Required action:
Repeat the stretch of entries below from the line with "#36=LINE('',#33,#35);" through the line with "#55=CARTESIAN_POINT('',(69.289558,-31.497695,214.509451));". Include both ends and add nothing.

Recorded information:
▼▼▼
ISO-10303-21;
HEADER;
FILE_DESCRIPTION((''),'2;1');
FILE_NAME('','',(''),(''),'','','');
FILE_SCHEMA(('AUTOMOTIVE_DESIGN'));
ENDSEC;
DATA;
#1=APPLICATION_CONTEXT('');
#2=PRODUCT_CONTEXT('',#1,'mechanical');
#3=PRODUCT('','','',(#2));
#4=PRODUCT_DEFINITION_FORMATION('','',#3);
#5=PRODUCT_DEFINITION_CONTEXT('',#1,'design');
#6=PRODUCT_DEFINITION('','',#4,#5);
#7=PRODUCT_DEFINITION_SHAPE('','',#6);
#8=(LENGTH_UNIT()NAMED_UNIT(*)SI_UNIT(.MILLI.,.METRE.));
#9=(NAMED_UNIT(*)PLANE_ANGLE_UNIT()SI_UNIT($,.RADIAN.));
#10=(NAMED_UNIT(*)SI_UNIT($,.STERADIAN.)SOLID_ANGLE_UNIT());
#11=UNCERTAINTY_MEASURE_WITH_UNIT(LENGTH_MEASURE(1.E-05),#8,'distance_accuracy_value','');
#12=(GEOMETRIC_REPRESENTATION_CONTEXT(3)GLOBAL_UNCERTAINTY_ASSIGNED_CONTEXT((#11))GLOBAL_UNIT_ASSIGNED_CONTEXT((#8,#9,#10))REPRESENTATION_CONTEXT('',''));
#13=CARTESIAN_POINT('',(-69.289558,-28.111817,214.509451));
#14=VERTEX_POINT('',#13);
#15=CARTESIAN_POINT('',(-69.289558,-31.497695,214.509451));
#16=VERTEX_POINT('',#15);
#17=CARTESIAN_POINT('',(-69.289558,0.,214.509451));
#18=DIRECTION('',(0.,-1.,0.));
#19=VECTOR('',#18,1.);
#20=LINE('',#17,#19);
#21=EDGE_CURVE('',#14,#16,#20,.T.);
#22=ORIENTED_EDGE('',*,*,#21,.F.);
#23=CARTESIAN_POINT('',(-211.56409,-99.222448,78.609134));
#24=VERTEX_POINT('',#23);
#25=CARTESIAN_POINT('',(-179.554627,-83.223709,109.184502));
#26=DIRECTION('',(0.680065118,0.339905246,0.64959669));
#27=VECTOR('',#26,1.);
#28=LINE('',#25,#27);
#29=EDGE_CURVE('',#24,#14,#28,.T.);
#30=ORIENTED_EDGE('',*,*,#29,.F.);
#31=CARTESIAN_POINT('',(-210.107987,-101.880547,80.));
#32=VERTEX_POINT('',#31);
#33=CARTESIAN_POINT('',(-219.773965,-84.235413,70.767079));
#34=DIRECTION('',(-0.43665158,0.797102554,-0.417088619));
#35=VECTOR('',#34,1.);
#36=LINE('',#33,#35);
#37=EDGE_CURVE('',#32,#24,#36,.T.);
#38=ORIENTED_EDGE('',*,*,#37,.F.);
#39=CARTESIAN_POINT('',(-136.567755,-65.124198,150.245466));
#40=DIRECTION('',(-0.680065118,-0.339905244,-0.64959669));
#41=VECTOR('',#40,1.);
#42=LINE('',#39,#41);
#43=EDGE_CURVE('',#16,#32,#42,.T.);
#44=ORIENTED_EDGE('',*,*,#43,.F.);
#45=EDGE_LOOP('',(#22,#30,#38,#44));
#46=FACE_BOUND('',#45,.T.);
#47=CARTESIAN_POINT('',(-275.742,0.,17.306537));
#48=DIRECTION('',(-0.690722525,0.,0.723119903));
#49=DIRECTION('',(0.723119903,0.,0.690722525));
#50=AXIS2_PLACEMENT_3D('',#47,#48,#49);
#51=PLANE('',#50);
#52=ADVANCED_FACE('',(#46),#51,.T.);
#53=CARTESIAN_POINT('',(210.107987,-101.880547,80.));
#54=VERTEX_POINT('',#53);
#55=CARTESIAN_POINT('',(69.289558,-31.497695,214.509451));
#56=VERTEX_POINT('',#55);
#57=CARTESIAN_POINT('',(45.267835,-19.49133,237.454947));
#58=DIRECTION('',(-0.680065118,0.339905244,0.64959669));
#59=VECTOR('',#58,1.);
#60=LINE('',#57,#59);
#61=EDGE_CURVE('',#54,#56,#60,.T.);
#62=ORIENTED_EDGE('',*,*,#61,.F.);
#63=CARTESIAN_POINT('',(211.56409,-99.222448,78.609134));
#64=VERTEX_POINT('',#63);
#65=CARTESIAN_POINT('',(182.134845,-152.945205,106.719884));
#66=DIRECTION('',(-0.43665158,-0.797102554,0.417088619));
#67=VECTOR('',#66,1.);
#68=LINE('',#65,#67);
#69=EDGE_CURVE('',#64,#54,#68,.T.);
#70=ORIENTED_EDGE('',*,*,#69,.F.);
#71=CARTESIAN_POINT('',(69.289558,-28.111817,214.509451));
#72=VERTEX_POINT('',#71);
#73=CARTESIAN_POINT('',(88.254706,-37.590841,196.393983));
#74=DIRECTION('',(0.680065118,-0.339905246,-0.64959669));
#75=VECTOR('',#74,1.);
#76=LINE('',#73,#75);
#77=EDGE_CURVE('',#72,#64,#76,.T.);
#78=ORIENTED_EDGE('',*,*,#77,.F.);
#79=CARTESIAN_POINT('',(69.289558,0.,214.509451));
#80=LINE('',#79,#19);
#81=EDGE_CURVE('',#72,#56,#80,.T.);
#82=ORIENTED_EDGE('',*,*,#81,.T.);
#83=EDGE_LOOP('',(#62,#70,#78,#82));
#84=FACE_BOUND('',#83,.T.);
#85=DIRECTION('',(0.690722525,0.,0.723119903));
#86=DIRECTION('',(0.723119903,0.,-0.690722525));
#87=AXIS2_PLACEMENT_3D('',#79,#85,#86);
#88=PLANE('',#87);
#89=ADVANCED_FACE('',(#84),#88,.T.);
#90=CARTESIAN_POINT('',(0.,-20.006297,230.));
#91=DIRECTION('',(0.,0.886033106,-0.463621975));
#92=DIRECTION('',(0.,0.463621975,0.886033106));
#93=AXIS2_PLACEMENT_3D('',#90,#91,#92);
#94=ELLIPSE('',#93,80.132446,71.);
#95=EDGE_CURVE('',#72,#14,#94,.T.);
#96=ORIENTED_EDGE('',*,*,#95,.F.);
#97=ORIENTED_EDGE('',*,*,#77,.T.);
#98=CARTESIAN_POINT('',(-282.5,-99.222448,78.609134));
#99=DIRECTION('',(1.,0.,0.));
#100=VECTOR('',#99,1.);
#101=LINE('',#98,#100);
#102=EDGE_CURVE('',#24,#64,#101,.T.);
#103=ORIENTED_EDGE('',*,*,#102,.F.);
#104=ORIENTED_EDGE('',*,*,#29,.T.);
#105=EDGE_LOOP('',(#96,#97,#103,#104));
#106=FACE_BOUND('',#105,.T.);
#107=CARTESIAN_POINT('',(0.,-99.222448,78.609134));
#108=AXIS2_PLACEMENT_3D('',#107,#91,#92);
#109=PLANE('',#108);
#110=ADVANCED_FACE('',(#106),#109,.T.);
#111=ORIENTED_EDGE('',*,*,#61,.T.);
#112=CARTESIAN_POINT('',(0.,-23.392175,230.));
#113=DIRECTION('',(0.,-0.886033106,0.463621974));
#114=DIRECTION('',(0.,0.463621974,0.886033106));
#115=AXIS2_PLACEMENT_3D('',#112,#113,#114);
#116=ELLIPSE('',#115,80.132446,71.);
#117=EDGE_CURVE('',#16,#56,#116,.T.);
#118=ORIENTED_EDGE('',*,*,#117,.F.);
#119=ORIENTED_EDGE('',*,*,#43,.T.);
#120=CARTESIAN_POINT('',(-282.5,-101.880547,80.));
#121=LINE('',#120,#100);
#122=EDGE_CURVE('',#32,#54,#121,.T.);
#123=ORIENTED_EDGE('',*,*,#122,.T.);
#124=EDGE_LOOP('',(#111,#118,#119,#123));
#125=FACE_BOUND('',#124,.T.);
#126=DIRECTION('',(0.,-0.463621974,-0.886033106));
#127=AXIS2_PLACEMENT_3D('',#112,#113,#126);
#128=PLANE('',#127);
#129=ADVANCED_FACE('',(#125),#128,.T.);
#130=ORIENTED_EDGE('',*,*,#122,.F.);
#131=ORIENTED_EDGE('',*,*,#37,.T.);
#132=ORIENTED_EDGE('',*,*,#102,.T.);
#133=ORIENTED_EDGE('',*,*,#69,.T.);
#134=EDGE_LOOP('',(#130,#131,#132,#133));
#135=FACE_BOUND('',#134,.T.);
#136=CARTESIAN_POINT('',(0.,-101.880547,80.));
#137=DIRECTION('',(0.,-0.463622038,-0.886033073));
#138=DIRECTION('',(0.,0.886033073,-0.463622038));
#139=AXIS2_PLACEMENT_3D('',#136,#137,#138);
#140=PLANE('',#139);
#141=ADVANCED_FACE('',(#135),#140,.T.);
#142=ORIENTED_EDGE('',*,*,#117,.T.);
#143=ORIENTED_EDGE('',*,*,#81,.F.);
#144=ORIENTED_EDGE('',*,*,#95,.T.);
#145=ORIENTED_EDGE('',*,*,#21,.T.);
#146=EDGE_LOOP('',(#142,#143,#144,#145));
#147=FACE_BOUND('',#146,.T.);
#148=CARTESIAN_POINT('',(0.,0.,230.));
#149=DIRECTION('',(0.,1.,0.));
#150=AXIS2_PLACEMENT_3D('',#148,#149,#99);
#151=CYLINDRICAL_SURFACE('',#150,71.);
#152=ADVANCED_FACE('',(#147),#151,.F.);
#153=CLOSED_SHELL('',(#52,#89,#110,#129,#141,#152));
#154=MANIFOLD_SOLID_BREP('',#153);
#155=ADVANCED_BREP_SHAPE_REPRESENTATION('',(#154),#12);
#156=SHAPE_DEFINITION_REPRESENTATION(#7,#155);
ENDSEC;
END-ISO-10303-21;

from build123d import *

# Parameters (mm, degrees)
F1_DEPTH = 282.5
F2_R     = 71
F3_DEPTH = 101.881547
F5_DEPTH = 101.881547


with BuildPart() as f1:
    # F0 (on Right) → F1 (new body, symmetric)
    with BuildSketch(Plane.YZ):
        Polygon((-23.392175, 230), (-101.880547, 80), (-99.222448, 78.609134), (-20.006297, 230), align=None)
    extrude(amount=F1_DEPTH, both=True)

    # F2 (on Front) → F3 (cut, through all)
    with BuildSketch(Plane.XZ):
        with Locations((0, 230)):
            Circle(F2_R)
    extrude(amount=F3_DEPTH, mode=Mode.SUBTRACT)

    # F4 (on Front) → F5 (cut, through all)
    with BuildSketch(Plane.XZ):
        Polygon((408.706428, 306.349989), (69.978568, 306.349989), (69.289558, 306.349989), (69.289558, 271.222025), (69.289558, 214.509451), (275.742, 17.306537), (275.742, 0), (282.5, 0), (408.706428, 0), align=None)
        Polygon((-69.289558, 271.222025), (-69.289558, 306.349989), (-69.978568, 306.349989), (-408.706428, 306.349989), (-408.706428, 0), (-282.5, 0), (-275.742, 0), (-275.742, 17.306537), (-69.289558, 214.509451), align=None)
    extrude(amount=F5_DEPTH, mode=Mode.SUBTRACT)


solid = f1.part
▲▲▲
▼▼▼
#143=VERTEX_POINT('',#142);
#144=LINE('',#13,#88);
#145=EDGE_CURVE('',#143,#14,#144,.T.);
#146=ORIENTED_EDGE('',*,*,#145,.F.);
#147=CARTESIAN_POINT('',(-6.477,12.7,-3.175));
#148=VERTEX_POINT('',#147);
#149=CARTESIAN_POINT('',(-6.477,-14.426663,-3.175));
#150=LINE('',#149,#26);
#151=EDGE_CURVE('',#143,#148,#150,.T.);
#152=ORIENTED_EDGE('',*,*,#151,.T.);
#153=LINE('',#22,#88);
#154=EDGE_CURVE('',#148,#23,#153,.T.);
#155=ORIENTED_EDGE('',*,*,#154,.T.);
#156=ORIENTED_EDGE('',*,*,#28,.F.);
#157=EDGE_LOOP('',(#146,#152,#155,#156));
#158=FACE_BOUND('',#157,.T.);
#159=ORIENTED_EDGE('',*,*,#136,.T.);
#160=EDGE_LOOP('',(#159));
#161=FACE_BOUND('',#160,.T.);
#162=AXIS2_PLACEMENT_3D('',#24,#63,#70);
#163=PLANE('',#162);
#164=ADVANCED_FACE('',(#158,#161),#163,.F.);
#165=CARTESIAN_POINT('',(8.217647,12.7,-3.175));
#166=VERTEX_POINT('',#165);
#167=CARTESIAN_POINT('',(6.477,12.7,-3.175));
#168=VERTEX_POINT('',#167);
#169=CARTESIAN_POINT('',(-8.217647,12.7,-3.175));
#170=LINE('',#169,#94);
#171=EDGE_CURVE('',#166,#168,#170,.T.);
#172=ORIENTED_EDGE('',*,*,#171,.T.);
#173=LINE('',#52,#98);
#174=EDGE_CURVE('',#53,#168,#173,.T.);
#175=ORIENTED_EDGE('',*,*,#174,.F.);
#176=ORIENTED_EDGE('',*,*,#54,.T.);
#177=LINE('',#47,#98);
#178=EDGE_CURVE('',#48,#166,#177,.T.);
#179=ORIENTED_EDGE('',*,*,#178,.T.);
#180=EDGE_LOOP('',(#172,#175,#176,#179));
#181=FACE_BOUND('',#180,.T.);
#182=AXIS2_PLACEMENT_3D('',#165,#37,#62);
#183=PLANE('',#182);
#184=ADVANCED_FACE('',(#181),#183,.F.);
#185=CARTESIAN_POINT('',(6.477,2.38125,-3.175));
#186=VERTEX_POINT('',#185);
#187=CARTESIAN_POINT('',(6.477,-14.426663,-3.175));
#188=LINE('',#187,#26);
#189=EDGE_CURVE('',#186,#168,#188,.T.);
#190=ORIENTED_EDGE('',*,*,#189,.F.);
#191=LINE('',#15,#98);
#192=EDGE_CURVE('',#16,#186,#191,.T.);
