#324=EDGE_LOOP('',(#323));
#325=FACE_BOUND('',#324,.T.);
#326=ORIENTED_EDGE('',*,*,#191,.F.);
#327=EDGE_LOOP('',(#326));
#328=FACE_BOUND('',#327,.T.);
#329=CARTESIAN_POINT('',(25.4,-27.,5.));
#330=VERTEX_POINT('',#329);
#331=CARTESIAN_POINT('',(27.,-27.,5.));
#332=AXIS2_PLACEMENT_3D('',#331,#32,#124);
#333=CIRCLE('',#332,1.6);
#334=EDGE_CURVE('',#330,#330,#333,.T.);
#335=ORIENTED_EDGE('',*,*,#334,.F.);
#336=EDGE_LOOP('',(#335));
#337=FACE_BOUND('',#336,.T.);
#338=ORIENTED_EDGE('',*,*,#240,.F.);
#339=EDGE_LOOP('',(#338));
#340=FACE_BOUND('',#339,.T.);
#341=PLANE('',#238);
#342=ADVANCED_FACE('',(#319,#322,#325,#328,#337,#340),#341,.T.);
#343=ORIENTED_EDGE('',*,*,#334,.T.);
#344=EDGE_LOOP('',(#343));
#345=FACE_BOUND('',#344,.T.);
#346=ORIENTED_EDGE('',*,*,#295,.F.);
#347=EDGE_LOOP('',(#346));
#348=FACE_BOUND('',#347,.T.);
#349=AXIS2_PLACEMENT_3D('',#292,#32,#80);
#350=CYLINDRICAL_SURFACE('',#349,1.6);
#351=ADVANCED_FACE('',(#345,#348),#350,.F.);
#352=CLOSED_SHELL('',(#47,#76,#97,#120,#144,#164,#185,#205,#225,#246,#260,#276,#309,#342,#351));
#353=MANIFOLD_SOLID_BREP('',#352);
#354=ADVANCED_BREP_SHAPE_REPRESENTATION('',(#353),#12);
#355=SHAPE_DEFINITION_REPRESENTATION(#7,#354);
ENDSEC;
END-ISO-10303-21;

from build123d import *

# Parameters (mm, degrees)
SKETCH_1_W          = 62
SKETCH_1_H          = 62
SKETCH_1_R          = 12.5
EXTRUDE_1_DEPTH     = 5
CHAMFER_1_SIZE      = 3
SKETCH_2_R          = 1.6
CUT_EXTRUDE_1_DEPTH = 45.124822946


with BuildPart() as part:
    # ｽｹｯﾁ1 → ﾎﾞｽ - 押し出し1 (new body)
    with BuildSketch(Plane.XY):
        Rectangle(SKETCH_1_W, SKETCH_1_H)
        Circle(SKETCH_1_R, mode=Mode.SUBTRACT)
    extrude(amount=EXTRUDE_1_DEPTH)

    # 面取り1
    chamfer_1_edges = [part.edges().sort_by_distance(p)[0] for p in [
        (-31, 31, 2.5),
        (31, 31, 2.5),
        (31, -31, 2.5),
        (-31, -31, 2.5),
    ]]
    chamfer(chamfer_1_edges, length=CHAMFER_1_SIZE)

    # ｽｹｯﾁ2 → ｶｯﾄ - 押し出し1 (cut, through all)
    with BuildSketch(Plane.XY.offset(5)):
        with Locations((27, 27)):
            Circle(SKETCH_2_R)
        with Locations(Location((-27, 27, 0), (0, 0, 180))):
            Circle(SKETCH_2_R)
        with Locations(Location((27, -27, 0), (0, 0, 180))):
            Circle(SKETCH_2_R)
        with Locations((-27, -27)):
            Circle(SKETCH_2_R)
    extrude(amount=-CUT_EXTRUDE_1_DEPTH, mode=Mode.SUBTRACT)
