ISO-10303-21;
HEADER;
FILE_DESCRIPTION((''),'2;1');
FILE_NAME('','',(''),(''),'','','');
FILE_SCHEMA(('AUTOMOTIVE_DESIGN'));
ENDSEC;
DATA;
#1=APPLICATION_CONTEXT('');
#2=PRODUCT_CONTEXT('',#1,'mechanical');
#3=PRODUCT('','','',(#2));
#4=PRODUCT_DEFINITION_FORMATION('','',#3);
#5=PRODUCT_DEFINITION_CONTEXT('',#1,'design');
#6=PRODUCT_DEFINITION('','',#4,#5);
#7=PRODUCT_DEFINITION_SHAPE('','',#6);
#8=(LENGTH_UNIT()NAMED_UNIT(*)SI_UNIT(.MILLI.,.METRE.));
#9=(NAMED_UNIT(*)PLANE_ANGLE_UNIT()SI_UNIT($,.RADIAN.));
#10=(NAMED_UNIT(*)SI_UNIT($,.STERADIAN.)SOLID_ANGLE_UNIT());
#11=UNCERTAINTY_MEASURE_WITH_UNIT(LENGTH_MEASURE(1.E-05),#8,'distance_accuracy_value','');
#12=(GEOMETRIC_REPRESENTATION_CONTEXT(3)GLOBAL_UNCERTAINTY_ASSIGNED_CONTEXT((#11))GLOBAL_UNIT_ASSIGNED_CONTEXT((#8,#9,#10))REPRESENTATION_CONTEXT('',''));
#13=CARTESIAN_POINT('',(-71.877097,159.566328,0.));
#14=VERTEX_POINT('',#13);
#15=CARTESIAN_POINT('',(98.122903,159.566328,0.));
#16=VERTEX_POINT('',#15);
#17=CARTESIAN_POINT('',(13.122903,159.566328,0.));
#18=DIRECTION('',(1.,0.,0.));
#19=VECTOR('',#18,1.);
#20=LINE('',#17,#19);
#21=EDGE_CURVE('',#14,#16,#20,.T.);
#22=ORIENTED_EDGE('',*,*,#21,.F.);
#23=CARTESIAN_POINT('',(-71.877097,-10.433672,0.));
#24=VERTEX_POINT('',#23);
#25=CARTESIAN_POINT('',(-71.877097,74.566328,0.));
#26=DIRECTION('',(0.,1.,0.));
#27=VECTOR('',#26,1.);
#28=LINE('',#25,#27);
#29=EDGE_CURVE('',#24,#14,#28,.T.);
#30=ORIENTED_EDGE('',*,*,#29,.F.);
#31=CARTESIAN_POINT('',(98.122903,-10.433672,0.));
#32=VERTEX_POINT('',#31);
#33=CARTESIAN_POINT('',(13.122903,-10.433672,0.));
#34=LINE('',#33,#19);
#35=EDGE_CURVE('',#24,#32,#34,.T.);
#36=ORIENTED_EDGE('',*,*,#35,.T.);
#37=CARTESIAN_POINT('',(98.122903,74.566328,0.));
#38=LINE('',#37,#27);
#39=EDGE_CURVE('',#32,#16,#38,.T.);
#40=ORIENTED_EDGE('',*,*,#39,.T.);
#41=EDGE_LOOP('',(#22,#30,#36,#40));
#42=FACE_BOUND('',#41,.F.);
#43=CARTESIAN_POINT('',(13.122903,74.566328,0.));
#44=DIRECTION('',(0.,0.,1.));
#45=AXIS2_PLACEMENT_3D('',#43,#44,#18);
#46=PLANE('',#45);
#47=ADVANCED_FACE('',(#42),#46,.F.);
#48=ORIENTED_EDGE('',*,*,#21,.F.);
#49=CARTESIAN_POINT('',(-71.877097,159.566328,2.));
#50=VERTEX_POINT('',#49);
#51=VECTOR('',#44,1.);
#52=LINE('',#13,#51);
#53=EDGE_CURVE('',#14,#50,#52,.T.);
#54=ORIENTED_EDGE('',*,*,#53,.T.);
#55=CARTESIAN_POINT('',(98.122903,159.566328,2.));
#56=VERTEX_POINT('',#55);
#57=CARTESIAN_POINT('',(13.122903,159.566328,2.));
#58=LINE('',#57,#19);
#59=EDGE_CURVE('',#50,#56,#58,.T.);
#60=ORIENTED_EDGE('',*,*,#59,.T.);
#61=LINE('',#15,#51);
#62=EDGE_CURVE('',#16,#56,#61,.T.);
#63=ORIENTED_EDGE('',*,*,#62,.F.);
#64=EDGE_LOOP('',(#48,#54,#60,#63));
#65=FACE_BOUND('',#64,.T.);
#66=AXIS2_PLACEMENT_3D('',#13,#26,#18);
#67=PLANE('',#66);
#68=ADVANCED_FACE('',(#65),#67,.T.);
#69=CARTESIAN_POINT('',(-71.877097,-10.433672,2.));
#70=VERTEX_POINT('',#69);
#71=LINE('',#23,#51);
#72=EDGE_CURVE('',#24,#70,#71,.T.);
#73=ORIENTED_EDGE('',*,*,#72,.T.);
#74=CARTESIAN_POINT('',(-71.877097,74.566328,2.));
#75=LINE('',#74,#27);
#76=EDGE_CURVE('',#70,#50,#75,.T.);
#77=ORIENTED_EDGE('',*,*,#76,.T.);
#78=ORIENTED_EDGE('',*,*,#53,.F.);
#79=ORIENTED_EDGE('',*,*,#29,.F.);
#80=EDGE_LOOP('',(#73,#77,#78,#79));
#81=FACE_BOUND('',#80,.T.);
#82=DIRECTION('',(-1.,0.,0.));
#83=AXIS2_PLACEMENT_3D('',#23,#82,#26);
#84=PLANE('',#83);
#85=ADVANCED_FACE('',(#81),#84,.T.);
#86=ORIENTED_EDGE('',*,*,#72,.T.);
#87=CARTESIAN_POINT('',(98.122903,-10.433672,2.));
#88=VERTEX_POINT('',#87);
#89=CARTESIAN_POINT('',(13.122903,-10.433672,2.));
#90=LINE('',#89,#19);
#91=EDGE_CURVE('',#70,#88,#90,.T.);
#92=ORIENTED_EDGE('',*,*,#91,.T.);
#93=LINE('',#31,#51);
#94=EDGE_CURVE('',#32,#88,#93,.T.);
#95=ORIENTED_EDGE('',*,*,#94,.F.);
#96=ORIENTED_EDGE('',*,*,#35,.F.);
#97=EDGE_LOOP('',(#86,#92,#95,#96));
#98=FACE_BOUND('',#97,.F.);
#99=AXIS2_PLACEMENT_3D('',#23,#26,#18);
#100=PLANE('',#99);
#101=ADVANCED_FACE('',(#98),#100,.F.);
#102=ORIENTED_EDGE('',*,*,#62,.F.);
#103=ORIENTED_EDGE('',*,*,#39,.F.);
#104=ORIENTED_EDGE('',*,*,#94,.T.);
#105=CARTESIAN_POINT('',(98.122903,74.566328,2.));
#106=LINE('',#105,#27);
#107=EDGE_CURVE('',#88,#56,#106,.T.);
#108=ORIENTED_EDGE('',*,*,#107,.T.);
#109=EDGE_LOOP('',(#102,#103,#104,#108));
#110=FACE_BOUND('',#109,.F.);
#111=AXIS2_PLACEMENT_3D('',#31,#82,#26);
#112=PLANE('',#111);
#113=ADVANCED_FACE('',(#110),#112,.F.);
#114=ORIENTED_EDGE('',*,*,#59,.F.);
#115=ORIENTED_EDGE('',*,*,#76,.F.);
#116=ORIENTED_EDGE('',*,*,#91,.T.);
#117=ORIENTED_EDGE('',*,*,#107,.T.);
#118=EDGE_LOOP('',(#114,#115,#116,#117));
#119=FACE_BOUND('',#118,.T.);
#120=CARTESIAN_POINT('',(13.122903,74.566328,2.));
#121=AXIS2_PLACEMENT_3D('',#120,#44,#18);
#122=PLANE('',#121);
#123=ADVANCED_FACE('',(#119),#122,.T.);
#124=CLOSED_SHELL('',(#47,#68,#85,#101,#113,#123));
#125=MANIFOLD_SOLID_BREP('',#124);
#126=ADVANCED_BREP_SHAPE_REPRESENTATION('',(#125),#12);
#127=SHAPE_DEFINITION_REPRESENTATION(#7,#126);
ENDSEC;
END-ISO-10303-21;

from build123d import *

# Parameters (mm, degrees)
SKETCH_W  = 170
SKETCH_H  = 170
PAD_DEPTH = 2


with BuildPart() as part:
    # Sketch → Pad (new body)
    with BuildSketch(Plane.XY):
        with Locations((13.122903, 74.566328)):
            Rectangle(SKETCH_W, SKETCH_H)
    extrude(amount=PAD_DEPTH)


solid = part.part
▲▲▲
Result of this task:
#36=LINE('',#33,#35);
#37=EDGE_CURVE('',#32,#24,#36,.T.);
#38=ORIENTED_EDGE('',*,*,#37,.F.);
#39=CARTESIAN_POINT('',(-136.567755,-65.124198,150.245466));
#40=DIRECTION('',(-0.680065118,-0.339905244,-0.64959669));
#41=VECTOR('',#40,1.);
#42=LINE('',#39,#41);
#43=EDGE_CURVE('',#16,#32,#42,.T.);
#44=ORIENTED_EDGE('',*,*,#43,.F.);
#45=EDGE_LOOP('',(#22,#30,#38,#44));
#46=FACE_BOUND('',#45,.T.);
#47=CARTESIAN_POINT('',(-275.742,0.,17.306537));
#48=DIRECTION('',(-0.690722525,0.,0.723119903));
#49=DIRECTION('',(0.723119903,0.,0.690722525));
#50=AXIS2_PLACEMENT_3D('',#47,#48,#49);
#51=PLANE('',#50);
#52=ADVANCED_FACE('',(#46),#51,.T.);
#53=CARTESIAN_POINT('',(210.107987,-101.880547,80.));
#54=VERTEX_POINT('',#53);
#55=CARTESIAN_POINT('',(69.289558,-31.497695,214.509451));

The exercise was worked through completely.